## [WHAT NEEDS TO BE DONE]
Please print each of the entries below exactly.

DATASET CONTENT START

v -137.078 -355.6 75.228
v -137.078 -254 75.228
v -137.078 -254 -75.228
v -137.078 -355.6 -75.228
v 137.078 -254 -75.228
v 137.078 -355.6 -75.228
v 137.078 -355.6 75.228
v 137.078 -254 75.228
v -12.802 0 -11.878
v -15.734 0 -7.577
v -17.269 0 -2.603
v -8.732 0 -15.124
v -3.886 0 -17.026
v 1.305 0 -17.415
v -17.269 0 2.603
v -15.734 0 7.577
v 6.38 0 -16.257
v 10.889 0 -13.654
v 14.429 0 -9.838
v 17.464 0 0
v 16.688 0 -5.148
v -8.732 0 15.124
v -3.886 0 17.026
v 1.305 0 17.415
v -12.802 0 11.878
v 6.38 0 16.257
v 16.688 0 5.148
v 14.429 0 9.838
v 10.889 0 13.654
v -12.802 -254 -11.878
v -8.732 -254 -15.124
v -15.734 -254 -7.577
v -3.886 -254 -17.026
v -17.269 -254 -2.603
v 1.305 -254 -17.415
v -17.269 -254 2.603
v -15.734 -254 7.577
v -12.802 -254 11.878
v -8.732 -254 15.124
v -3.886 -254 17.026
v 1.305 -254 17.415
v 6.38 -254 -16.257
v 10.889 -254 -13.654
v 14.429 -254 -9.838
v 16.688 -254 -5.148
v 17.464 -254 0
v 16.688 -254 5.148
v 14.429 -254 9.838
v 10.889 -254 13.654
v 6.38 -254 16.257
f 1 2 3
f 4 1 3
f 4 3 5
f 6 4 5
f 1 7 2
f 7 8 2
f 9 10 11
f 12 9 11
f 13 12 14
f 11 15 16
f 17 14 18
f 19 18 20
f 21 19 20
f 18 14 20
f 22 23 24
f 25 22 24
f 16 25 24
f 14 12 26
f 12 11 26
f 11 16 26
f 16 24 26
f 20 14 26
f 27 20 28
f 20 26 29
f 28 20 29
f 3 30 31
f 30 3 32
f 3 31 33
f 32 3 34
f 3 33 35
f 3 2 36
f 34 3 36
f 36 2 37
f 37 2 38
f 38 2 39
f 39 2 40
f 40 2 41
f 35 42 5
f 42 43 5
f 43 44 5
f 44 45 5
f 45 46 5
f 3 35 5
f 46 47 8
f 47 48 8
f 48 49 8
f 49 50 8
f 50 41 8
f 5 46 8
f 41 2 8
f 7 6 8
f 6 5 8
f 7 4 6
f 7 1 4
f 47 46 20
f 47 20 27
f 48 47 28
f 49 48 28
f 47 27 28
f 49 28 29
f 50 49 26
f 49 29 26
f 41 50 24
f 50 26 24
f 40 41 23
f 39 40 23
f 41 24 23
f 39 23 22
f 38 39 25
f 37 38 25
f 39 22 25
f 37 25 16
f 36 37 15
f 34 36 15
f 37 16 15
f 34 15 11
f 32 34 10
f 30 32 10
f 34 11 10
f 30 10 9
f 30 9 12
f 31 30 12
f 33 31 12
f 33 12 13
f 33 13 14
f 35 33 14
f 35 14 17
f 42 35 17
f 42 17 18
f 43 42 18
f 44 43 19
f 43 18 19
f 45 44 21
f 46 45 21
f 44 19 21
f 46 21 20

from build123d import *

# Parameters (mm, degrees)
F0_R     = 17.4638157323
F1_DEPTH = 254
F3_DEPTH = 76.2
F4_DEPTH = 25.4


with BuildPart() as f1:
    # F0 (on Front) → F1 (new body)
    with BuildSketch(Plane.XZ):
        Circle(F0_R)
    extrude(amount=F1_DEPTH)

    # F2 (on face) → F3 (join)
    with BuildSketch(Plane.XZ.offset(254)):
        with BuildLine():
            Line((-17.4638157323, 0), (0, 0))
            Line((0, 0), (0, 17.4638157323))
            ThreePointArc((0, 17.4638157323), (-12.3487825297, 12.3487825297), (-17.4638157323, 0))
        make_face()
        with BuildLine():
            Line((0, -17.4638157323), (0, 0))
            Line((0, 0), (-17.4638157323, 0))
            ThreePointArc((-17.4638157323, 0), (-12.3487825297, -12.3487825297), (0, -17.4638157323))
        make_face()
        with BuildLine():
            ThreePointArc((0, -17.4638157323), (-12.3487825297, -12.3487825297), (-17.4638157323, 0))
            Line((-17.4638157323, 0), (-137.0784789324, 0))
            Line((-137.0784789324, 0), (-137.0784789324, -75.2277523279))
            Line((-137.0784789324, -75.2277523279), (0, -75.2277523279))
            Line((0, -75.2277523279), (0, -17.4638157323))
        make_face()
        with BuildLine():
            Line((0, 17.4638157323), (0, 0))
            Line((0, 0), (17.4638157323, 0))
            ThreePointArc((17.4638157323, 0), (12.3487825297, 12.3487825297), (0, 17.4638157323))
        make_face()
        with BuildLine():
            Line((0, 75.2277523279), (0, 17.4638157323))
            ThreePointArc((0, 17.4638157323), (12.3487825297, 12.3487825297), (17.4638157323, 0))
            Line((17.4638157323, 0), (137.0784789324, 0))
            Line((137.0784789324, 0), (137.0784789324, 75.2277523279))
            Line((137.0784789324, 75.2277523279), (0, 75.2277523279))
        make_face()
        with BuildLine():
            Line((137.0784789324, 0), (17.4638157323, 0))
            ThreePointArc((17.4638157323, 0), (12.3487825297, -12.3487825297), (0, -17.4638157323))
            Line((0, -17.4638157323), (0, -75.2277523279))
            Line((0, -75.2277523279), (137.0784789324, -75.2277523279))
            Line((137.0784789324, -75.2277523279), (137.0784789324, 0))
        make_face()
        with BuildLine():
            Line((17.4638157323, 0), (0, 0))
            Line((0, 0), (0, -17.4638157323))
            ThreePointArc((0, -17.4638157323), (12.3487825297, -12.3487825297), (17.4638157323, 0))
        make_face()
        with BuildLine():
            Line((-137.0784789324, 0), (-17.4638157323, 0))
            ThreePointArc((-17.4638157323, 0), (-12.3487825297, 12.3487825297), (0, 17.4638157323))
            Line((0, 17.4638157323), (0, 75.2277523279))
            Line((0, 75.2277523279), (-137.0784789324, 75.2277523279))
            Line((-137.0784789324, 75.2277523279), (-137.0784789324, 0))
        make_face()
    extrude(amount=F3_DEPTH)

    # F4 (add): a face of the model
    f4_faces = [f1.faces().sort_by_distance(p)[0] for p in [
        (0, -330.2, 0),
    ]]
    extrude(f4_faces, amount=F4_DEPTH)


solid = f1.part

DATASET CONTENT END

## [SOLUTION TO THIS PROBLEM]
v -137.078 -355.6 75.228
v -137.078 -254 75.228
v -137.078 -254 -75.228
v -137.078 -355.6 -75.228
v 137.078 -254 -75.228
v 137.078 -355.6 -75.228
v 137.078 -355.6 75.228
v 137.078 -254 75.228
v -12.802 0 -11.878
v -15.734 0 -7.577
v -17.269 0 -2.603
v -8.732 0 -15.124
v -3.886 0 -17.026
v 1.305 0 -17.415
v -17.269 0 2.603
v -15.734 0 7.577
v 6.38 0 -16.257
v 10.889 0 -13.654
v 14.429 0 -9.838
v 17.464 0 0
v 16.688 0 -5.148
v -8.732 0 15.124
v -3.886 0 17.026
v 1.305 0 17.415
v -12.802 0 11.878
v 6.38 0 16.257
v 16.688 0 5.148
v 14.429 0 9.838
v 10.889 0 13.654
v -12.802 -254 -11.878
v -8.732 -254 -15.124
v -15.734 -254 -7.577
v -3.886 -254 -17.026
v -17.269 -254 -2.603
v 1.305 -254 -17.415
v -17.269 -254 2.603
v -15.734 -254 7.577
v -12.802 -254 11.878
v -8.732 -254 15.124
v -3.886 -254 17.026
v 1.305 -254 17.415
v 6.38 -254 -16.257
v 10.889 -254 -13.654
v 14.429 -254 -9.838
v 16.688 -254 -5.148
v 17.464 -254 0
v 16.688 -254 5.148
v 14.429 -254 9.838
v 10.889 -254 13.654
v 6.38 -254 16.257
f 1 2 3
f 4 1 3
f 4 3 5
f 6 4 5
f 1 7 2
f 7 8 2
f 9 10 11
f 12 9 11
f 13 12 14
f 11 15 16
f 17 14 18
f 19 18 20
f 21 19 20
f 18 14 20
f 22 23 24
f 25 22 24
f 16 25 24
f 14 12 26
f 12 11 26
f 11 16 26
f 16 24 26
f 20 14 26
f 27 20 28
f 20 26 29
f 28 20 29
f 3 30 31
f 30 3 32
f 3 31 33
f 32 3 34
f 3 33 35
f 3 2 36
f 34 3 36
f 36 2 37
f 37 2 38
f 38 2 39
f 39 2 40
f 40 2 41
f 35 42 5
f 42 43 5
f 43 44 5
f 44 45 5
f 45 46 5
f 3 35 5
f 46 47 8
f 47 48 8
f 48 49 8
f 49 50 8
f 50 41 8
f 5 46 8
f 41 2 8
f 7 6 8
f 6 5 8
f 7 4 6
f 7 1 4
f 47 46 20
f 47 20 27
f 48 47 28
f 49 48 28
f 47 27 28
f 49 28 29
f 50 49 26
f 49 29 26
f 41 50 24
f 50 26 24
f 40 41 23
f 39 40 23
f 41 24 23
f 39 23 22
f 38 39 25
f 37 38 25
f 39 22 25
f 37 25 16
f 36 37 15
f 34 36 15
f 37 16 15
f 34 15 11
f 32 34 10
f 30 32 10
f 34 11 10
f 30 10 9
f 30 9 12
f 31 30 12
f 33 31 12
f 33 12 13
f 33 13 14
f 35 33 14
f 35 14 17
f 42 35 17
f 42 17 18
f 43 42 18
f 44 43 19
f 43 18 19
f 45 44 21
f 46 45 21
f 44 19 21
f 46 21 20

from build123d import *

# Parameters (mm, degrees)
F0_R     = 17.4638157323
F1_DEPTH = 254
F3_DEPTH = 76.2
F4_DEPTH = 25.4


with BuildPart() as f1:
    # F0 (on Front) → F1 (new body)
    with BuildSketch(Plane.XZ):
        Circle(F0_R)
    extrude(amount=F1_DEPTH)

    # F2 (on face) → F3 (join)
    with BuildSketch(Plane.XZ.offset(254)):
        with BuildLine():
            Line((-17.4638157323, 0), (0, 0))
            Line((0, 0), (0, 17.4638157323))
            ThreePointArc((0, 17.4638157323), (-12.3487825297, 12.3487825297), (-17.4638157323, 0))
        make_face()
        with BuildLine():
            Line((0, -17.4638157323), (0, 0))
            Line((0, 0), (-17.4638157323, 0))
            ThreePointArc((-17.4638157323, 0), (-12.3487825297, -12.3487825297), (0, -17.4638157323))
        make_face()
        with BuildLine():
            ThreePointArc((0, -17.4638157323), (-12.3487825297, -12.3487825297), (-17.4638157323, 0))
            Line((-17.4638157323, 0), (-137.0784789324, 0))
            Line((-137.0784789324, 0), (-137.0784789324, -75.2277523279))
            Line((-137.0784789324, -75.2277523279), (0, -75.2277523279))
            Line((0, -75.2277523279), (0, -17.4638157323))
        make_face()
        with BuildLine():
            Line((0, 17.4638157323), (0, 0))
            Line((0, 0), (17.4638157323, 0))
            ThreePointArc((17.4638157323, 0), (12.3487825297, 12.3487825297), (0, 17.4638157323))
        make_face()
        with BuildLine():
            Line((0, 75.2277523279), (0, 17.4638157323))
            ThreePointArc((0, 17.4638157323), (12.3487825297, 12.3487825297), (17.4638157323, 0))
            Line((17.4638157323, 0), (137.0784789324, 0))
            Line((137.0784789324, 0), (137.0784789324, 75.2277523279))
            Line((137.0784789324, 75.2277523279), (0, 75.2277523279))
        make_face()
        with BuildLine():
            Line((137.0784789324, 0), (17.4638157323, 0))
            ThreePointArc((17.4638157323, 0), (12.3487825297, -12.3487825297), (0, -17.4638157323))
            Line((0, -17.4638157323), (0, -75.2277523279))
            Line((0, -75.2277523279), (137.0784789324, -75.2277523279))
            Line((137.0784789324, -75.2277523279), (137.0784789324, 0))
        make_face()
        with BuildLine():
            Line((17.4638157323, 0), (0, 0))
            Line((0, 0), (0, -17.4638157323))
            ThreePointArc((0, -17.4638157323), (12.3487825297, -12.3487825297), (17.4638157323, 0))
        make_face()
        with BuildLine():
            Line((-137.0784789324, 0), (-17.4638157323, 0))
            ThreePointArc((-17.4638157323, 0), (-12.3487825297, 12.3487825297), (0, 17.4638157323))
            Line((0, 17.4638157323), (0, 75.2277523279))
            Line((0, 75.2277523279), (-137.0784789324, 75.2277523279))
            Line((-137.0784789324, 75.2277523279), (-137.0784789324, 0))
        make_face()
    extrude(amount=F3_DEPTH)

    # F4 (add): a face of the model
    f4_faces = [f1.faces().sort_by_distance(p)[0] for p in [
        (0, -330.2, 0),
    ]]
    extrude(f4_faces, amount=F4_DEPTH)


solid = f1.part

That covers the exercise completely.